Who can resist a moth named The Horrid Zale? John Hubner, the German entomologist who named it Zale horrida in 1818 must have been a Latin scholar – “Horrid” comes from horridus, which originally meant bristly or rough. Its caterpillars feed on viburnums, especially Nannyberry, which grows not far away in the BugLady’s field. For great images of the horrid bristles, try: http://www.marylandmoths.com/Html/Noctuidae/Catocalinae/Zale_horrida.html .
Some of the Snout Moths didn’t get the memo about proper wing-folding. The BugLady suspects that this beautifully-marked little (3/4”) guy/gal is the Eastern Grass-veneer Moth, Crambus laqueatellus, one of 40 or so similar-looking species in the genus. As its name suggests, its caterpillar feeds on grasses, which the BugLady has, in abundance, close to her porch (though one maverick source says they eat mosses).
The Virginia Ctenucid Moth (the “C” is silent like the “r” in “fish”) is a day-flying moth that is often mistaken for a butterfly because of its bold flight (like most moths and unlike most butterflies, it lands on the underside of a leaf).
The green Crane Fly comes with the fantastic name Erioptera chlorophylla. Crane fly larvae live in damp-to-wet lands ( Erioptera like organic mud) but the adults range far and wide and are often seen on window screens. The BugLady came across a 1913 account from Orono, ME which informed her that when these green beauties are dropped into boiling water, their color disappears. The BugLady can only speculate that they were mistaken for lobsters.
Daddy Long-Legs are common hunters on the front porch, by day and by night. If one picture is worth 1,000 words, then these two tell quite a story.
This large Stonefly had to travel some distance to get to the BugLady’s front porch. Their young (naiads) (aka “ trout food ”) reside in unpolluted rivers and streams, where they breathe with gills in their “armpits” and at the base of their two tails.
The Masked Hunter, of previous BOTW fame, is an assassin bug that made its way here from across The Pond and now ranges across North America. When one of the BugLady’s dust bunnies starts walking, it’s the nymph of the masked hunter. Dust, lint and dog hair attach to their sticky exteriors, providing the perfect camouflage.. Its prey here is a small ichneumon wasp.

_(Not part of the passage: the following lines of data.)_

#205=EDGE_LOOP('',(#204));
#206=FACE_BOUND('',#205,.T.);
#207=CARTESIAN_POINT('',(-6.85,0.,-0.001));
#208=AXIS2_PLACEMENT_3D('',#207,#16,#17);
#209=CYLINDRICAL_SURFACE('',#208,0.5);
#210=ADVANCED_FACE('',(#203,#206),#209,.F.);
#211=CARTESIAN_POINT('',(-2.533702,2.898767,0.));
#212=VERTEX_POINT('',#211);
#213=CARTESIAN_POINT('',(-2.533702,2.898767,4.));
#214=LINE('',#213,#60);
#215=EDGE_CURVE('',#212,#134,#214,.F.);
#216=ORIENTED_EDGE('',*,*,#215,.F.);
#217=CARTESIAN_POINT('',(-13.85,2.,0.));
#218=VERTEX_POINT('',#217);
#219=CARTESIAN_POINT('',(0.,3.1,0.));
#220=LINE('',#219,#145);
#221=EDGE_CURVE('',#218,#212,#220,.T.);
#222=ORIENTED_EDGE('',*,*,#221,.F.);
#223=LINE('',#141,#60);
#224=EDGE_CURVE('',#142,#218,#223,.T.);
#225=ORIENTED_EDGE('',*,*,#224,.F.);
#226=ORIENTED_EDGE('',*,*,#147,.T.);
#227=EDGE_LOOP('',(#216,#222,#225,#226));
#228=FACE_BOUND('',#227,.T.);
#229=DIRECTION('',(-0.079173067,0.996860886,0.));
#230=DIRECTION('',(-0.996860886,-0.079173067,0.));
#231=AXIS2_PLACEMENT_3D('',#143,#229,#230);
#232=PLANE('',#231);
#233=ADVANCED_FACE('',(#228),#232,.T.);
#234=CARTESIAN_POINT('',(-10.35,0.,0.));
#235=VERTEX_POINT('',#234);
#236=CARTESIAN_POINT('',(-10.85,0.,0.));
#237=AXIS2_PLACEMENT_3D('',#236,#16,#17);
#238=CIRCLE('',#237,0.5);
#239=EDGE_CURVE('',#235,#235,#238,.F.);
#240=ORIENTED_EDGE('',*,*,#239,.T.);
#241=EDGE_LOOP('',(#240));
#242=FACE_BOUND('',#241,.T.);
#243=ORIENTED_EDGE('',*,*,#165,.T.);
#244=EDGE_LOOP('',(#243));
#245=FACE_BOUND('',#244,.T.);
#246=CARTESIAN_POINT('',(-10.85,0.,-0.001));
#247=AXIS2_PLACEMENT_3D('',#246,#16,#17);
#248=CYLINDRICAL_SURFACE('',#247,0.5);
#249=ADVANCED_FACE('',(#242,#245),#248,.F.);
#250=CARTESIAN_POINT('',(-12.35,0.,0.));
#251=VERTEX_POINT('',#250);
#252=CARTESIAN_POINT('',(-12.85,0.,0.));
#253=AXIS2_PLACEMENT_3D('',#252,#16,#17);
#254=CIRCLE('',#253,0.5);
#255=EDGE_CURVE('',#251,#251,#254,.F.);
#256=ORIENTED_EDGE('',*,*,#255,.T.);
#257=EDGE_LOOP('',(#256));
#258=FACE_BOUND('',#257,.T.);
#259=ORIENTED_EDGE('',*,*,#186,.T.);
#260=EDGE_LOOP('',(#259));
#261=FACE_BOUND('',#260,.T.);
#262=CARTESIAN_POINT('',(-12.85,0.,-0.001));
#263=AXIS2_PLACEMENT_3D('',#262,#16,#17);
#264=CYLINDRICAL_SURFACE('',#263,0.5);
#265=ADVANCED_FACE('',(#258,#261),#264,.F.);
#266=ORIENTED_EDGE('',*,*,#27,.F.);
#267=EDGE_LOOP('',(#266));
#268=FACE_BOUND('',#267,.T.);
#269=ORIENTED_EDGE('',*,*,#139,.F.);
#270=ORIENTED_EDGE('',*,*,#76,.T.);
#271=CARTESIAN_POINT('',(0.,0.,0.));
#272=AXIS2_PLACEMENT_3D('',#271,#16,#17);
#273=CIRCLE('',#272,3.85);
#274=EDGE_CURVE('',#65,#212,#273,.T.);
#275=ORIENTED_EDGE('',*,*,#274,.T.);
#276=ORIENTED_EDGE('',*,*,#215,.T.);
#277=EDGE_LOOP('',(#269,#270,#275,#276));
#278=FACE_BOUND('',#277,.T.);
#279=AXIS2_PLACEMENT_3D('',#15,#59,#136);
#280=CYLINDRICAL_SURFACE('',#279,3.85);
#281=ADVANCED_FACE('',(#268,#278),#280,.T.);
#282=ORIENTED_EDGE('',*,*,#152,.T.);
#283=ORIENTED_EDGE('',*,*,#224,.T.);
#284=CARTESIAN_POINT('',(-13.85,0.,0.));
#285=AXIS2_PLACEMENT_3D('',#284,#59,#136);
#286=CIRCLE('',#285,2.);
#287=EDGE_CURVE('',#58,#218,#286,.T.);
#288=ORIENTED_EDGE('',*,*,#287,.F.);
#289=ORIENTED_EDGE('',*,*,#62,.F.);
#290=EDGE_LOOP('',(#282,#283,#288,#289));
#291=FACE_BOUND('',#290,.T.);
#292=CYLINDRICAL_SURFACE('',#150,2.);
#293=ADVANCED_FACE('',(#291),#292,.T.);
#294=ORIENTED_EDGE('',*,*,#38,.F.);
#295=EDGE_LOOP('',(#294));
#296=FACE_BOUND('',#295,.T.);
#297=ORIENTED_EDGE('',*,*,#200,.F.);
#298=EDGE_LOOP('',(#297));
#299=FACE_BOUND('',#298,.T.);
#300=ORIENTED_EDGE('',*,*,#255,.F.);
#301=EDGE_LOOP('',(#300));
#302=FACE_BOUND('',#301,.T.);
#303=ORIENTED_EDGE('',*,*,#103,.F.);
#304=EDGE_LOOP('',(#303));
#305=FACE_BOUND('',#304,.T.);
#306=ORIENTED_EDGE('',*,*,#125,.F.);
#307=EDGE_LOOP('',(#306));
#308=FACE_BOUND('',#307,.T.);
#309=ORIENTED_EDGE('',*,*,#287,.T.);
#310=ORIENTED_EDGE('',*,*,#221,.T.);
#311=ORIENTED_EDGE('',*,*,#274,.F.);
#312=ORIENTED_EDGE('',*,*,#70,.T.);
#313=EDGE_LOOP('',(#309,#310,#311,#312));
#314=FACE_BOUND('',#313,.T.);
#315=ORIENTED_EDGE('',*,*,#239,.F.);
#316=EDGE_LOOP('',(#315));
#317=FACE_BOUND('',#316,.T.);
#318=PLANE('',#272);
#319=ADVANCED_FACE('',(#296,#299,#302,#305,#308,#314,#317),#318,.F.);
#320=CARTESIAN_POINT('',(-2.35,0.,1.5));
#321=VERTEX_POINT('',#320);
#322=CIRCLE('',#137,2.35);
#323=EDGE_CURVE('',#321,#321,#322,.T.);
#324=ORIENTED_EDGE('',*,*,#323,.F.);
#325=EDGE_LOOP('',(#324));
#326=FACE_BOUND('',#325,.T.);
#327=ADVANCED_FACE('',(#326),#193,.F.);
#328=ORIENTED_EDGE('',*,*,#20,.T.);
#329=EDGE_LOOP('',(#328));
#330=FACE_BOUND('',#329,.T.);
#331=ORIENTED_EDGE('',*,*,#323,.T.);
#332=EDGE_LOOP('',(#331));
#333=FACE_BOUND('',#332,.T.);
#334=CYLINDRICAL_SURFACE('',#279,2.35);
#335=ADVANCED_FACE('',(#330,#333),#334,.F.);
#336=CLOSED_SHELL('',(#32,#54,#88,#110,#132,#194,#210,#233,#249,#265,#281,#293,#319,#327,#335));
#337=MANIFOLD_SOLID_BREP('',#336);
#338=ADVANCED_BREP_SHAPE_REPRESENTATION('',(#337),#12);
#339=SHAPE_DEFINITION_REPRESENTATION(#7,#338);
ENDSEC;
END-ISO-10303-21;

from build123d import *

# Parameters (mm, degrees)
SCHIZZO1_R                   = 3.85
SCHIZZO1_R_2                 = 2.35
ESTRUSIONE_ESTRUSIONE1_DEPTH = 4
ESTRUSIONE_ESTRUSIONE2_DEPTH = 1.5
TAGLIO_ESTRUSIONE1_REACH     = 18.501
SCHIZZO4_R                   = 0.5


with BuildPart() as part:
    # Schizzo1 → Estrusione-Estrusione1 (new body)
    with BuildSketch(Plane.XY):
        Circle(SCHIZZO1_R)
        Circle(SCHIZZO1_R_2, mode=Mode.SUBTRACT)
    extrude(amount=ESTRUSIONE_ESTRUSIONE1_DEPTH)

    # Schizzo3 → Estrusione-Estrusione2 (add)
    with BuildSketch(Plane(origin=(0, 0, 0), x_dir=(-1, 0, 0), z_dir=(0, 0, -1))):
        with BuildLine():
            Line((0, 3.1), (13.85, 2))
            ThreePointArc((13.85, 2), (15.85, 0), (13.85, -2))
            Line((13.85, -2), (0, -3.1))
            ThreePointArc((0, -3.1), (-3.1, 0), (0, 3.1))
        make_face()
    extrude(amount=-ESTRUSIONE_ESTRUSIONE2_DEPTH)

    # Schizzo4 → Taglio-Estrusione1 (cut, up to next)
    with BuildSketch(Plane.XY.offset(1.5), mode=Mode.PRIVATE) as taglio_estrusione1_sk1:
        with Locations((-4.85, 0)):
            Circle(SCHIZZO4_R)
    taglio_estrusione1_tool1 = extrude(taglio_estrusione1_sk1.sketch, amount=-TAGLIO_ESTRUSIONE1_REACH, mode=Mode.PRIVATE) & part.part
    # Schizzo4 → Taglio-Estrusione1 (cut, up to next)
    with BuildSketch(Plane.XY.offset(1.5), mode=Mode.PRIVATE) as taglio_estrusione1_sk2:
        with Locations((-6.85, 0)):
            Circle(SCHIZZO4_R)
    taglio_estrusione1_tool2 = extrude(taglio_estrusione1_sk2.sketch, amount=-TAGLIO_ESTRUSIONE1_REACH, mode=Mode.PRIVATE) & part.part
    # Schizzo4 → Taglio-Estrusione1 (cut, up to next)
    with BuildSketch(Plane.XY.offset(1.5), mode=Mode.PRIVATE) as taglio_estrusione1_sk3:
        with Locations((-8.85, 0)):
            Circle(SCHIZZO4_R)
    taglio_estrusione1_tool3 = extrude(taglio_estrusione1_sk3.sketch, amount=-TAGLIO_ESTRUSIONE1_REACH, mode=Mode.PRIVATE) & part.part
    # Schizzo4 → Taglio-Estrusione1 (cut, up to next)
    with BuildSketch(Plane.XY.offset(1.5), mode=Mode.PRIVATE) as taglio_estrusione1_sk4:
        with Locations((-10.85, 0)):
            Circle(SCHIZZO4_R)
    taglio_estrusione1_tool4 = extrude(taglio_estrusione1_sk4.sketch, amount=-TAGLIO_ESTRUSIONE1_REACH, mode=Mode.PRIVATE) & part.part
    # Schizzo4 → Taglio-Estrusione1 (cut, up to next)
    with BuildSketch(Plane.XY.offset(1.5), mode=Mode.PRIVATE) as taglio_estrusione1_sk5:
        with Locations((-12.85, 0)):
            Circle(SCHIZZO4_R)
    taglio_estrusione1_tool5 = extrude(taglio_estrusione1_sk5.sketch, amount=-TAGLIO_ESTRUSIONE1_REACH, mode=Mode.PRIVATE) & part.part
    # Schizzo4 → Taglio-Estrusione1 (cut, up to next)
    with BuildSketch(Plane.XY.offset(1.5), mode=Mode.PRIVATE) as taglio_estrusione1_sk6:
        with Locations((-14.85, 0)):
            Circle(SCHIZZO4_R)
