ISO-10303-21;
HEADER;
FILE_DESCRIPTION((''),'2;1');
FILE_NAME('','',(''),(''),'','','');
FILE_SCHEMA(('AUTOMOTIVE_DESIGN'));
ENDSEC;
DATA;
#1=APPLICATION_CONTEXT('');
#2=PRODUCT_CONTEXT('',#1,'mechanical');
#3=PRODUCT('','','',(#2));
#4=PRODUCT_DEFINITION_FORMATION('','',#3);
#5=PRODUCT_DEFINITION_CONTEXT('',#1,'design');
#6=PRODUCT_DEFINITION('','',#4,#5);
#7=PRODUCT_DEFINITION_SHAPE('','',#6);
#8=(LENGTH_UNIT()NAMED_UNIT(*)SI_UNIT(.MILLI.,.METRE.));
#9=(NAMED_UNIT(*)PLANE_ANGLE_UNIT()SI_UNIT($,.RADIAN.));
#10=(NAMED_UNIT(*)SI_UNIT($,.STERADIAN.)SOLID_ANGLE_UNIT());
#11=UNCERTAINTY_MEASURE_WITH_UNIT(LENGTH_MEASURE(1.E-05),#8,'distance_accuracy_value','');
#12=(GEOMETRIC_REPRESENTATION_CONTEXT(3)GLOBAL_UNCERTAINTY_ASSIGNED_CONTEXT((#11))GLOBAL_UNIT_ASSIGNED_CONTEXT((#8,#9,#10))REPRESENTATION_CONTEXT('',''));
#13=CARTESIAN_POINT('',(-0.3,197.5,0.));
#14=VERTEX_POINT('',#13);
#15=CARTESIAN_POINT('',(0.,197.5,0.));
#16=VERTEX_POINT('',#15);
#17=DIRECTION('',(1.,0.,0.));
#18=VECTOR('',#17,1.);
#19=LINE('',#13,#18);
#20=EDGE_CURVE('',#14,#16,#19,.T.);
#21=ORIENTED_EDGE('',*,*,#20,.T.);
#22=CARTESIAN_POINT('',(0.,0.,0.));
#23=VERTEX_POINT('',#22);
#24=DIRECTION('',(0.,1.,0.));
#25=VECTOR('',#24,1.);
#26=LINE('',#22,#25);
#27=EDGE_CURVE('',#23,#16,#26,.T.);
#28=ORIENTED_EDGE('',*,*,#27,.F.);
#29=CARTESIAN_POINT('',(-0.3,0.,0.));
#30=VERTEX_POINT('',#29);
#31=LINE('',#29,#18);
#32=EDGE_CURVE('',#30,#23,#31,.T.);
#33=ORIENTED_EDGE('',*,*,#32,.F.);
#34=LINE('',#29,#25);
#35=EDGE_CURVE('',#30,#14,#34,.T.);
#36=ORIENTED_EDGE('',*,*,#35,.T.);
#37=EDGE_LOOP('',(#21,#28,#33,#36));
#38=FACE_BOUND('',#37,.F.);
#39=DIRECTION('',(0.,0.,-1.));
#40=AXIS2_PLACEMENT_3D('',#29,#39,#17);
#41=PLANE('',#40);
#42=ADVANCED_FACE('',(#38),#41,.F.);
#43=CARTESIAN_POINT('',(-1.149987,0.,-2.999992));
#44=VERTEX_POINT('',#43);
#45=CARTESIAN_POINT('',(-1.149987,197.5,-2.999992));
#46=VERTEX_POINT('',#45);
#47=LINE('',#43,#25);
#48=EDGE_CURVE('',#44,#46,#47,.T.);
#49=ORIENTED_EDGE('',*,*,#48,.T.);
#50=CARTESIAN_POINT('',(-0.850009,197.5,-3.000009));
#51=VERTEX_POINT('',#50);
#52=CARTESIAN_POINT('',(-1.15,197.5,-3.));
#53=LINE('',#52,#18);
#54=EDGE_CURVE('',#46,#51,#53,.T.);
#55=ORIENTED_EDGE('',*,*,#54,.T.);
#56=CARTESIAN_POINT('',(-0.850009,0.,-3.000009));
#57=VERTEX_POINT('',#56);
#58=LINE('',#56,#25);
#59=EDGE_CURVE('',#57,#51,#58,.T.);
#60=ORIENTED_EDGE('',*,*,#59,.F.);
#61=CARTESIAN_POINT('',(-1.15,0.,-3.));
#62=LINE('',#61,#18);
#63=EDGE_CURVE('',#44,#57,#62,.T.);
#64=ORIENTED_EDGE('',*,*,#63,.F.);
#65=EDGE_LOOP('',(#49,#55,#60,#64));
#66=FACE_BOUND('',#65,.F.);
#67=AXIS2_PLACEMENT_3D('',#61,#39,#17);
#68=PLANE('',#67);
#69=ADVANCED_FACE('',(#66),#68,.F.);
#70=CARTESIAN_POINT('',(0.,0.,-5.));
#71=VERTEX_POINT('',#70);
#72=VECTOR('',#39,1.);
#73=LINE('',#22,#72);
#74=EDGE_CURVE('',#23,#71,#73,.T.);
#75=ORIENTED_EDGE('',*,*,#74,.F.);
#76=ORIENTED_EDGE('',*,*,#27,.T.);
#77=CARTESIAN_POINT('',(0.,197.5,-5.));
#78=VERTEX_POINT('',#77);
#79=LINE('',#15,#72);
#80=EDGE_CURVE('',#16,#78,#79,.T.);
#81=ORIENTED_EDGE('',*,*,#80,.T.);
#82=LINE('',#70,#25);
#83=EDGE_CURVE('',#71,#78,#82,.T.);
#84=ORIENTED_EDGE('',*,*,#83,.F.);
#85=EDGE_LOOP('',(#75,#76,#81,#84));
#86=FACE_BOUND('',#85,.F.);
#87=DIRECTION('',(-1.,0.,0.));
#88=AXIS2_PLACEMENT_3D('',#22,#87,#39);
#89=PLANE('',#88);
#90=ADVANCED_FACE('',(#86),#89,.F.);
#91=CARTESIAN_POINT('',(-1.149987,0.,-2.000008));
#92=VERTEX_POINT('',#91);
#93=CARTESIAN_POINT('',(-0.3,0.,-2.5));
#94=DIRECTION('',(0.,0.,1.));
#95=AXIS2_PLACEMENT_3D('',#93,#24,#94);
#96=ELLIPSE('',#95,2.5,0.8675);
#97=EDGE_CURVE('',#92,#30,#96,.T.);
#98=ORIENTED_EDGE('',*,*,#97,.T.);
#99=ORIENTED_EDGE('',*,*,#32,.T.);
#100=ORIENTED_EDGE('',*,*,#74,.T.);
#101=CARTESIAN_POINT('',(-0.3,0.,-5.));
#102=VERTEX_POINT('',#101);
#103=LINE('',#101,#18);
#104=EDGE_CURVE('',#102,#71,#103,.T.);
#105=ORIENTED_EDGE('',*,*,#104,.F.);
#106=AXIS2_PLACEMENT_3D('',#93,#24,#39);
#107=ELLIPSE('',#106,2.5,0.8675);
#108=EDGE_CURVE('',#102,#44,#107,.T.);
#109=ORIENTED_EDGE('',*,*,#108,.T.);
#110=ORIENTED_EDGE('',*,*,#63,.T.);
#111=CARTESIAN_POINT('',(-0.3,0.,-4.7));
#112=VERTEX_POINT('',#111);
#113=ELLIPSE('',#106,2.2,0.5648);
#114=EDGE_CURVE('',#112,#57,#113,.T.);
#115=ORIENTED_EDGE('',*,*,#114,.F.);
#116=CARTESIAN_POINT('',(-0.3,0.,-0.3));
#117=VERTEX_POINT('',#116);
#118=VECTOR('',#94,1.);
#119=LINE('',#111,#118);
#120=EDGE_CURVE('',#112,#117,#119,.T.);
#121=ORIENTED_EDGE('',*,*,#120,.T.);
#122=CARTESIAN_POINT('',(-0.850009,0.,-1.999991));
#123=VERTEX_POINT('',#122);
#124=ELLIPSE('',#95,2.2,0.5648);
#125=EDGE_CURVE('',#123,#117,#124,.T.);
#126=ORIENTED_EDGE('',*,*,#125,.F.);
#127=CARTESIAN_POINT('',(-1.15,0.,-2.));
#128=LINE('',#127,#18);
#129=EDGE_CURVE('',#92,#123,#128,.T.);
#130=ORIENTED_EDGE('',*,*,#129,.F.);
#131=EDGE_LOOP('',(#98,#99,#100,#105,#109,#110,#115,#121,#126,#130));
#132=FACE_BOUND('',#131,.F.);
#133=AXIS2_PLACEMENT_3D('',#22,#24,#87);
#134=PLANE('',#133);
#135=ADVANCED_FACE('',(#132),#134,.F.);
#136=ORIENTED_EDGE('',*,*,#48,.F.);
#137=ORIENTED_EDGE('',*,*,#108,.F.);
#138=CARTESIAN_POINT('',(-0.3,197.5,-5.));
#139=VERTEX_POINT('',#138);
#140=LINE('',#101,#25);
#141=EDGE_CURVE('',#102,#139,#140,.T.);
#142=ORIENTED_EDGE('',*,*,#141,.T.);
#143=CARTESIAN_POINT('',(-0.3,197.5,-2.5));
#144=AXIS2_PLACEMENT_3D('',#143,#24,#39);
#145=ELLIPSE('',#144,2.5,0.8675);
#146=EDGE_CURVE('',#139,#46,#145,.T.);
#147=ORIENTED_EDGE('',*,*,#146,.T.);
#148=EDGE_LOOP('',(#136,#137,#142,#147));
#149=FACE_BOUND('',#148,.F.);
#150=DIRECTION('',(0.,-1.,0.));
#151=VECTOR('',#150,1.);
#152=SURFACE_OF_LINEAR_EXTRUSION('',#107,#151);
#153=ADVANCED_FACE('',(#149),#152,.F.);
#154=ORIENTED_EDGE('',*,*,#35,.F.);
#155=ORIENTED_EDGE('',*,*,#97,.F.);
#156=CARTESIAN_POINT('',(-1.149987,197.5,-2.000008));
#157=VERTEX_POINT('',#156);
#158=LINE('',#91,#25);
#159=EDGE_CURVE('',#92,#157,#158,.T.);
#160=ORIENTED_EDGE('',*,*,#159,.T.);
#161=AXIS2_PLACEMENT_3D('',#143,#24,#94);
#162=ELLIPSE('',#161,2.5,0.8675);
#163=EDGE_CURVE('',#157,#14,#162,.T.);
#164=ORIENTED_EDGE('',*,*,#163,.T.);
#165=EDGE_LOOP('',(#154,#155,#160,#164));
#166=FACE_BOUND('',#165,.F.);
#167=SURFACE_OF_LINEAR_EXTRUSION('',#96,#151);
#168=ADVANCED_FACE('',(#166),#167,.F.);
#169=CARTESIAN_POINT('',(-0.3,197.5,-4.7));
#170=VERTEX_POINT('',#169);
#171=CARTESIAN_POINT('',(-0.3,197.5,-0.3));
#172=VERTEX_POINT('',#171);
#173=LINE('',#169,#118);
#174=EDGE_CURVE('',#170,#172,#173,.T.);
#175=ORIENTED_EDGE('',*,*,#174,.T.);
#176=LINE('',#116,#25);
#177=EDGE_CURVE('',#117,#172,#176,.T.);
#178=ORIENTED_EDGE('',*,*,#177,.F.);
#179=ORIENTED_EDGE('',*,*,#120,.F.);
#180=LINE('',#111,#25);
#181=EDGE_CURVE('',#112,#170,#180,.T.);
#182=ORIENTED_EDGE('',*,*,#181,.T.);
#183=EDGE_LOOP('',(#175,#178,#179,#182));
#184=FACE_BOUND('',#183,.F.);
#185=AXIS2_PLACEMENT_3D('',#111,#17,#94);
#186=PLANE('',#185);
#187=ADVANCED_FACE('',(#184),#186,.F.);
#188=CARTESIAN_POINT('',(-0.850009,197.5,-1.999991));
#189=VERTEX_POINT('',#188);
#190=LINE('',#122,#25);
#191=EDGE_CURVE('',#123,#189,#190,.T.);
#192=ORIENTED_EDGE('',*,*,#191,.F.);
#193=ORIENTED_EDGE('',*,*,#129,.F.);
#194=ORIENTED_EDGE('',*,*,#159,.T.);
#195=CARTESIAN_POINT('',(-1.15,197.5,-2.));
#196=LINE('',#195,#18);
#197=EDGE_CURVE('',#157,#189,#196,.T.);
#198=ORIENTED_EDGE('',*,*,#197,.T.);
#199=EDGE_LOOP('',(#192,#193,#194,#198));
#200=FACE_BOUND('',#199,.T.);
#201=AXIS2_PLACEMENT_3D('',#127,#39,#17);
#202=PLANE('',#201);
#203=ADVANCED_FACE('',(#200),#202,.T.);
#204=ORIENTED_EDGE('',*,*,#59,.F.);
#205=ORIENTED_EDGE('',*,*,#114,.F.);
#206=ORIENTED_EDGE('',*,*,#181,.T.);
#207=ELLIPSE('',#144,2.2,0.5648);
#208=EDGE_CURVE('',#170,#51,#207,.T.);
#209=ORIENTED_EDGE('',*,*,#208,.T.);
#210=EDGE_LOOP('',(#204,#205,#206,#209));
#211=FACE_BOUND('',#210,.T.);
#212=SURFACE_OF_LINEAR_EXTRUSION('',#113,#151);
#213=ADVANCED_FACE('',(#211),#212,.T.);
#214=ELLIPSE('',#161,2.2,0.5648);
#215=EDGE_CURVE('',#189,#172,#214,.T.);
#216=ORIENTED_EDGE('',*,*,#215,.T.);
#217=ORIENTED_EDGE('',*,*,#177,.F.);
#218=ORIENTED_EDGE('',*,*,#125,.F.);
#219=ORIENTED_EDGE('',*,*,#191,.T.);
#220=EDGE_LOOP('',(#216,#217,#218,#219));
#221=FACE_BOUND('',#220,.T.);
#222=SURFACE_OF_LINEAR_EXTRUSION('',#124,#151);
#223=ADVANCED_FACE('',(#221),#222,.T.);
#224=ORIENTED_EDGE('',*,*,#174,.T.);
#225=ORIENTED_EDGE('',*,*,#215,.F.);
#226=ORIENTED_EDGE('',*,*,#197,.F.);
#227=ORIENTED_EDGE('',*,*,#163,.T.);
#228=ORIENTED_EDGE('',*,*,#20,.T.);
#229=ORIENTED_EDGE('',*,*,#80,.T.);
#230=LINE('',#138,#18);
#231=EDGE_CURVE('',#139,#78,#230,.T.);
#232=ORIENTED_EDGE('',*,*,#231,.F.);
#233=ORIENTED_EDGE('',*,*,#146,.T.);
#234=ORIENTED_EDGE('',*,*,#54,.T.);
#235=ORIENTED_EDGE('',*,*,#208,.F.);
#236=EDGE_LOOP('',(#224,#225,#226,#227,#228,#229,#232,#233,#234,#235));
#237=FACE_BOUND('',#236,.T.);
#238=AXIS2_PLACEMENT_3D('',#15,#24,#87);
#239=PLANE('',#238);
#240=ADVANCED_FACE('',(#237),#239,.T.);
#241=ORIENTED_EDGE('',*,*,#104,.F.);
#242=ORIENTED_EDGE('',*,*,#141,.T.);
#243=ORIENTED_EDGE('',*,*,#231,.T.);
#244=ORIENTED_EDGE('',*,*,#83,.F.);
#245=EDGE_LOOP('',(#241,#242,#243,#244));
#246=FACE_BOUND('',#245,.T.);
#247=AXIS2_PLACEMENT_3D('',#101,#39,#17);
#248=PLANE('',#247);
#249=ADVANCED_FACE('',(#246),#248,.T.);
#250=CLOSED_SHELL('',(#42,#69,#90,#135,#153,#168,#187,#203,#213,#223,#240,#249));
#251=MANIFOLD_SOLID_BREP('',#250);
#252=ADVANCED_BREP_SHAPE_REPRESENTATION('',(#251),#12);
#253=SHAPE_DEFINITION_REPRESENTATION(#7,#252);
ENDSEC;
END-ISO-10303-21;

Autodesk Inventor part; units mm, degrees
ref_plane "YZ Plane" through (0, 0, 0) normal (1, 0, 0) x (0, 1, 0)
ref_plane "XZ Plane" through (0, 0, 0) normal (0, 1, 0) x (-1, 0, 0)
ref_plane "XY Plane" through (0, 0, 0) normal (0, 0, 1) x (1, 0, 0)
sketch "Skizze2" plane through (0, 0, 0) normal (0, 1, 0) x (-1, 0, 0)
  line L0 (0, -5) -> (0, 0) construction
  line L1 (0.85, -4.7) -> (0.85, -0.3) construction
  line L2 (0.85, -0.3) -> (0.3, -0.3) construction
  line L3 (0.3, -0.3) -> (0.3, -4.7) construction
  line L4 (0.3, -4.7) -> (0.85, -4.7) construction
  line L5 (-0.0744, -2.5) -> (0, -2.5) construction
  line L6 (1.15, -3) -> (0.85, -3)
  line L7 (0, 0) -> (0, -5)
  line L8 (0.3, -4.7) -> (0.3, -0.3)
  line L9 (0.3, -4.7) -> (0.3, -5) construction
  line L10 (0.3, -0.3) -> (0.3, 0) construction
  line L11 (0.3, 0) -> (0, 0) construction
  line L12 (0.3, 0) -> (0, 0)
  line L13 (0.3, -5) -> (0, -5)
  line L14 (0, -2.5) -> (0.3, -2.5) construction
  ellipse E0 centre (0.3, -2.5) end of major axis (0.3, -5) minor radius 0.8675 (0.3, -5) -> (1.15, -3) ccw
  ellipse E1 centre (0.3, -2.5) end of major axis (0.3, -4.7) minor radius 0.5648 (0.3, -4.7) -> (0.85, -3) ccw
  line L15 (1.15, -2) -> (0.85, -2)
  line L16 (1.15, -3) -> (1.15, -2) construction
  ellipse E2 centre (0.3, -2.5) end of major axis (0.3, -0.3) minor radius 0.5648 (0.85, -2) -> (0.3, -0.3) ccw
  ellipse E3 centre (0.3, -2.5) end of major axis (0.3, 0) minor radius 0.8675 (1.15, -2) -> (0.3, 0) ccw
  dimension "d3" = 0.5
  dimension "d7" = 5
  dimension "d8" = 1.15
  dimension "d9" = 0.3
  dimension "d10" = 0.3
  dimension "d11" = 0.3
  dimension "d12" = 0.5
extrude "Extrusion1" add sketch "Skizze2" along normal blind 197.5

Finally, a glamour shot of Wisconsin’s state bird, the Mosquito, a constant companion on the porch at night and elsewhere during the day. Female mosquitoes, famously, enjoy a blood meal in order to lay eggs, while males feed on plant juices. Male mosquitoes have fabulous antennae, which they use to tune in to the whine of a female’s wingbeats. When a guy and a gal meet, they adjust the pitch of their hum by increasing/decreasing the speed of their wing beats – until they are humming at the same pitch.
Check out a recent post by insect blogger Dragonfly Woman, on a few of the many citizen science projects involving insects: http://thedragonflywoman.com/2011/07/08/insect-citizen-science/
The Bug Lady
The old saying "Publish in haste, repent at leisure" applies here. Sharp-eyed BugFan Gretchen suggested gently to the BugLady that the bug labeled as a stonefly is actually a caddisfly, and she's right. Stoneflies tend to rest with their wings flat on top of their abdomens. Caddisflies tend to "tent" their wings. Here's how it should have read:
Caddisflies have aquatic larvae (naiads) that create tiny homes to live in. Caddisflies of still waters use plant pieces. Caddisflies of running water use tiny pebbles or spin webby nets that fix them to a rock, where they catch food as it flows past. Back in the time of the first Queen Elizabeth, wandering dry goods merchants roamed the land. Those who sold threads and ribbons pinned samples of their wares to their coats, which created a fringe. Later, some clever entomologist named an insect with fringed wings a caddis fly. Ain't history/entomology/etymology grand?